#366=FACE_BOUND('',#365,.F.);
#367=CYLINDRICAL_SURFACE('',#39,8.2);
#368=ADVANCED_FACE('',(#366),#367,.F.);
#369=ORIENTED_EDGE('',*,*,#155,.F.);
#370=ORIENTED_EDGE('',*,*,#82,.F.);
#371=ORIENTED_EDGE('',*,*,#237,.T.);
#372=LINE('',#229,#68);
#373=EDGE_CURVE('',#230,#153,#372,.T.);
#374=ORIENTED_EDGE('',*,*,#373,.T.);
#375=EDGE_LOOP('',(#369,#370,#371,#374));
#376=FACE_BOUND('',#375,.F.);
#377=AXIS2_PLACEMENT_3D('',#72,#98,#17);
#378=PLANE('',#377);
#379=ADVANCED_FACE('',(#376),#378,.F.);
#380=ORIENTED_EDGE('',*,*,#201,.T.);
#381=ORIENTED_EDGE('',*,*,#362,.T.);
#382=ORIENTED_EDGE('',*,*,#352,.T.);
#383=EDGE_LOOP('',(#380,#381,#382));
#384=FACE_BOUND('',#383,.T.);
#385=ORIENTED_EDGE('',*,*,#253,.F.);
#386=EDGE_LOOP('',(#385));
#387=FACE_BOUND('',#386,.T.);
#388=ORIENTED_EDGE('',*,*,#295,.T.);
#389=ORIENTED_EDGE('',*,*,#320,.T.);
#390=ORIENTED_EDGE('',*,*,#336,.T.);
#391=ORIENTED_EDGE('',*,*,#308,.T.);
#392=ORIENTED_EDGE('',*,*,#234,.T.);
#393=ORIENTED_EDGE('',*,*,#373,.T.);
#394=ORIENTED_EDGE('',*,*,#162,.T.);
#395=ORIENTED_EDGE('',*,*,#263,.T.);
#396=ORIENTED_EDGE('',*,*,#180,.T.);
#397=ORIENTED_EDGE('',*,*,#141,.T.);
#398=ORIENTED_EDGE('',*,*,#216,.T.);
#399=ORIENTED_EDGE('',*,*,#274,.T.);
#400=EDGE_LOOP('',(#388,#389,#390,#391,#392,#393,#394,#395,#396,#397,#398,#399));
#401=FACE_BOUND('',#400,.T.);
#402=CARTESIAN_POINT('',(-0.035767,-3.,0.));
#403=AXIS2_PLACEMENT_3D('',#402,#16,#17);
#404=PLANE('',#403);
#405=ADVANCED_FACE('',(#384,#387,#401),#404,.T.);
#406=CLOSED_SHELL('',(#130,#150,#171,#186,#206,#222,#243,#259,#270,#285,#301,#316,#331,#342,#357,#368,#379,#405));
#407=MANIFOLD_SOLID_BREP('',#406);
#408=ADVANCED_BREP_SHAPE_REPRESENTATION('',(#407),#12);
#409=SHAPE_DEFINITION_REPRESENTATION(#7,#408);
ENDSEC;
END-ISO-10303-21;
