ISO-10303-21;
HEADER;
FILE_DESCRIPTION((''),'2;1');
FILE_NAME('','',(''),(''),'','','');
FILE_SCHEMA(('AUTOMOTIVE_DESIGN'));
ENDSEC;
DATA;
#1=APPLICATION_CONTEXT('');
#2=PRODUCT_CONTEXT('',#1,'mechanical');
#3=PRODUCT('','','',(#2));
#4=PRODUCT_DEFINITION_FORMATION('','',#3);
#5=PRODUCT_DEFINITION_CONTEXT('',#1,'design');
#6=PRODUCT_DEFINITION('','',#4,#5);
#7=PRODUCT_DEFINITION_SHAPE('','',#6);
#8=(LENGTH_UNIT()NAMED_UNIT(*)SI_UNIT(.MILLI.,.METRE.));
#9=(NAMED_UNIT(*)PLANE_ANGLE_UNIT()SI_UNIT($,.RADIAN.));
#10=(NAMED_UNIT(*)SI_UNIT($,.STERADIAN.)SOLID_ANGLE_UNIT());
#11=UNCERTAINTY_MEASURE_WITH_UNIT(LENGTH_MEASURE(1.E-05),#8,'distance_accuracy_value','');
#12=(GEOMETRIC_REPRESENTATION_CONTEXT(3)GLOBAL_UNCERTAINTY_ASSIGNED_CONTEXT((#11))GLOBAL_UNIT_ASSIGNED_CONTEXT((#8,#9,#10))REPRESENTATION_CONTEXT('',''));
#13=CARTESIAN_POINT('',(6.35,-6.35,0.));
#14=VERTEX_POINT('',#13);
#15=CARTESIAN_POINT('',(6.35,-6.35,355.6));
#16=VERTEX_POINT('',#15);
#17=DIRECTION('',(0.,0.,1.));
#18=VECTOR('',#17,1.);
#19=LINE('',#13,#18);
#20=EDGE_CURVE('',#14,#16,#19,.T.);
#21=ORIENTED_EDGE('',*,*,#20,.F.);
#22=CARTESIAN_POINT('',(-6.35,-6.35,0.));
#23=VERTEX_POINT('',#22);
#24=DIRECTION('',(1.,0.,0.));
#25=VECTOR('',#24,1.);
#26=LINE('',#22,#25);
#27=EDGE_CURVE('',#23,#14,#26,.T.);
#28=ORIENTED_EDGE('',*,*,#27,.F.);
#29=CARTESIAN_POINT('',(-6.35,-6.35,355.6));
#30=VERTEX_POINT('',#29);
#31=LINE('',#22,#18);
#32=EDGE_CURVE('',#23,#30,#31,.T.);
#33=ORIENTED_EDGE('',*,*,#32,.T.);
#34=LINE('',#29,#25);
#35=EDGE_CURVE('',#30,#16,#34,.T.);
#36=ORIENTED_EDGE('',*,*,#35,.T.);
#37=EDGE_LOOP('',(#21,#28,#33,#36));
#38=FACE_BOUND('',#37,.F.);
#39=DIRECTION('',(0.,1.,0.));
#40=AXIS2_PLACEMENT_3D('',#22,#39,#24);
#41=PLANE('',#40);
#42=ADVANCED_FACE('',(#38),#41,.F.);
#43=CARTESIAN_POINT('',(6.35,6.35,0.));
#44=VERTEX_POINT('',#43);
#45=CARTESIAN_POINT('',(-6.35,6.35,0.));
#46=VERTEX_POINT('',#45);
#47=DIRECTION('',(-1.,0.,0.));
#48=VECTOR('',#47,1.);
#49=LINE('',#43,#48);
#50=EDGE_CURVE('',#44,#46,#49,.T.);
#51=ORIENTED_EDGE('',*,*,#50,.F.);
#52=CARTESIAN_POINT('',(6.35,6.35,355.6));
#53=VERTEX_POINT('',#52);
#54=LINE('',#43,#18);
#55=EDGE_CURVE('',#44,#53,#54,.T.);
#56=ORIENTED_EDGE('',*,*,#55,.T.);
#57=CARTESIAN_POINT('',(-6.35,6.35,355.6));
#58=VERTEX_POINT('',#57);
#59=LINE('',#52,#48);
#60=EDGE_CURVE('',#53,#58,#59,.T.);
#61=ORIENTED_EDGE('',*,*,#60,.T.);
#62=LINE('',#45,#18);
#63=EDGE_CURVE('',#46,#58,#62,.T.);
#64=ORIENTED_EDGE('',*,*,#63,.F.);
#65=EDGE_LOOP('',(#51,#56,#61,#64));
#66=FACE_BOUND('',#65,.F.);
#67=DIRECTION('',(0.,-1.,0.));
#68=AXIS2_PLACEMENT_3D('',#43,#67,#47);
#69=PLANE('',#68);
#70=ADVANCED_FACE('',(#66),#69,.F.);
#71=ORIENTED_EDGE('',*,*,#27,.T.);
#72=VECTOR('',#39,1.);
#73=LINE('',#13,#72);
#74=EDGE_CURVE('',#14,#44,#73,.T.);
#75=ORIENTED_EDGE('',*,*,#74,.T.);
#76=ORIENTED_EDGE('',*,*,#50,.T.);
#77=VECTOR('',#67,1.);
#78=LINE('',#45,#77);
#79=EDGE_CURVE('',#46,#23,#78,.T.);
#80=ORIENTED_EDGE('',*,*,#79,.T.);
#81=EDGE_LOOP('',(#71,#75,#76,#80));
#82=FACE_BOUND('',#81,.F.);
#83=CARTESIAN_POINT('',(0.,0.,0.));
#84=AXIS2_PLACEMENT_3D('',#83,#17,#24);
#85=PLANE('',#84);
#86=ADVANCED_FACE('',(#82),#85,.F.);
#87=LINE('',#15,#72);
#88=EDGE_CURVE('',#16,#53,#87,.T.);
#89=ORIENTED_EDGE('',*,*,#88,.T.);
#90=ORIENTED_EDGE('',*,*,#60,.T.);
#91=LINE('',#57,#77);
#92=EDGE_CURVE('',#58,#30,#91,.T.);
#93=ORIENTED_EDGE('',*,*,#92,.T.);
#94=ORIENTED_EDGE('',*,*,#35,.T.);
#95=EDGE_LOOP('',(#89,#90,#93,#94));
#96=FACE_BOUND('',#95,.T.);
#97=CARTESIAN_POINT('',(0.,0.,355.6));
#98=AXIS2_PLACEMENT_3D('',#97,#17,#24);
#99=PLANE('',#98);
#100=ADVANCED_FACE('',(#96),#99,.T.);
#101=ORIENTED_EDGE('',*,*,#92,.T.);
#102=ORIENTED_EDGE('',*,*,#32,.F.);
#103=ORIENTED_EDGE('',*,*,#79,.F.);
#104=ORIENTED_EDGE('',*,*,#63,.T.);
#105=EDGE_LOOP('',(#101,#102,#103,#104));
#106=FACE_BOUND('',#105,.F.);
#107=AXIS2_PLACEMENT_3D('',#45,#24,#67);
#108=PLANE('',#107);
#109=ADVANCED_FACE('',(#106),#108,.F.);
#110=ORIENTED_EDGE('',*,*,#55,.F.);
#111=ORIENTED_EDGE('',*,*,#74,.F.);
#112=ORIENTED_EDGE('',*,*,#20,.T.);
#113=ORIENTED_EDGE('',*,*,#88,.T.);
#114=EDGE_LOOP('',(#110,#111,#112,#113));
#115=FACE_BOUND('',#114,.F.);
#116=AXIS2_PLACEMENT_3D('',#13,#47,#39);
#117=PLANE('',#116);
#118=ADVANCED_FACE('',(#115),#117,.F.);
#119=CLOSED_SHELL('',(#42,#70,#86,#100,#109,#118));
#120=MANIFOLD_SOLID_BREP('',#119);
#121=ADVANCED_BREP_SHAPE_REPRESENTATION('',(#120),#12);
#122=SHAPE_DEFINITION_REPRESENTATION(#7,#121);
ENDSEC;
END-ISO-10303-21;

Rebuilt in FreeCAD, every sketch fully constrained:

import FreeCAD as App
import Part
import Sketcher

V = App.Vector
Q = App.Units.Quantity

doc = App.newDocument("Part")
body = doc.addObject("PartDesign::Body", "Body")

# Sketch on XY plane
sketch1 = doc.addObject("Sketcher::SketchObject", "Sketch")
body.addObject(sketch1)
sketch1.AttachmentSupport = (doc.XY_Plane, [""])
sketch1.MapMode = "FlatFace"
sketch1.addGeometry(Part.LineSegment(V(-6.35, 6.35, 0), V(-6.35, -6.35, 0)), False)
sketch1.addGeometry(Part.LineSegment(V(-6.35, -6.35, 0), V(6.35, -6.35, 0)), False)
sketch1.addGeometry(Part.LineSegment(V(6.35, -6.35, 0), V(6.35, 6.35, 0)), False)
sketch1.addGeometry(Part.LineSegment(V(6.35, 6.35, 0), V(-6.35, 6.35, 0)), False)
sketch1.addConstraint(Sketcher.Constraint("Coincident", 0, 2, 1, 1))
sketch1.addConstraint(Sketcher.Constraint("Coincident", 1, 2, 2, 1))
sketch1.addConstraint(Sketcher.Constraint("Coincident", 2, 2, 3, 1))
sketch1.addConstraint(Sketcher.Constraint("Coincident", 3, 2, 0, 1))
sketch1.addConstraint(Sketcher.Constraint("Vertical", 0))
sketch1.addConstraint(Sketcher.Constraint("Horizontal", 1))
sketch1.addConstraint(Sketcher.Constraint("Vertical", 2))
sketch1.addConstraint(Sketcher.Constraint("Horizontal", 3))
sketch1.addConstraint(Sketcher.Constraint("Symmetric", 0, 2, 2, 2, -1, 1))
sketch1.addConstraint(Sketcher.Constraint("Equal", 3, 0))
sketch1.addConstraint(Sketcher.Constraint("DistanceX", 0, 2, -1, 1, Q("0.25 in")))
pad1 = doc.addObject("PartDesign::Pad", "Pad")
body.addObject(pad1)
pad1.Profile = sketch1
pad1.Length = Q("14 in")

doc.recompute()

******

> _EXERCISE BRIEF_: From the line that has "#393=ORIENTED_EDGE('',*,*,#373,.T.);" through the line that has "#404=PLANE('',#403);", copy every line exactly as it appears above, and leave out all others.

> _EXERCISE RESULT_:
#393=ORIENTED_EDGE('',*,*,#373,.T.);
#394=ORIENTED_EDGE('',*,*,#162,.T.);
#395=ORIENTED_EDGE('',*,*,#263,.T.);
#396=ORIENTED_EDGE('',*,*,#180,.T.);
#397=ORIENTED_EDGE('',*,*,#141,.T.);
#398=ORIENTED_EDGE('',*,*,#216,.T.);
#399=ORIENTED_EDGE('',*,*,#274,.T.);
#400=EDGE_LOOP('',(#388,#389,#390,#391,#392,#393,#394,#395,#396,#397,#398,#399));
#401=FACE_BOUND('',#400,.T.);
#402=CARTESIAN_POINT('',(-0.035767,-3.,0.));
#403=AXIS2_PLACEMENT_3D('',#402,#16,#17);
#404=PLANE('',#403);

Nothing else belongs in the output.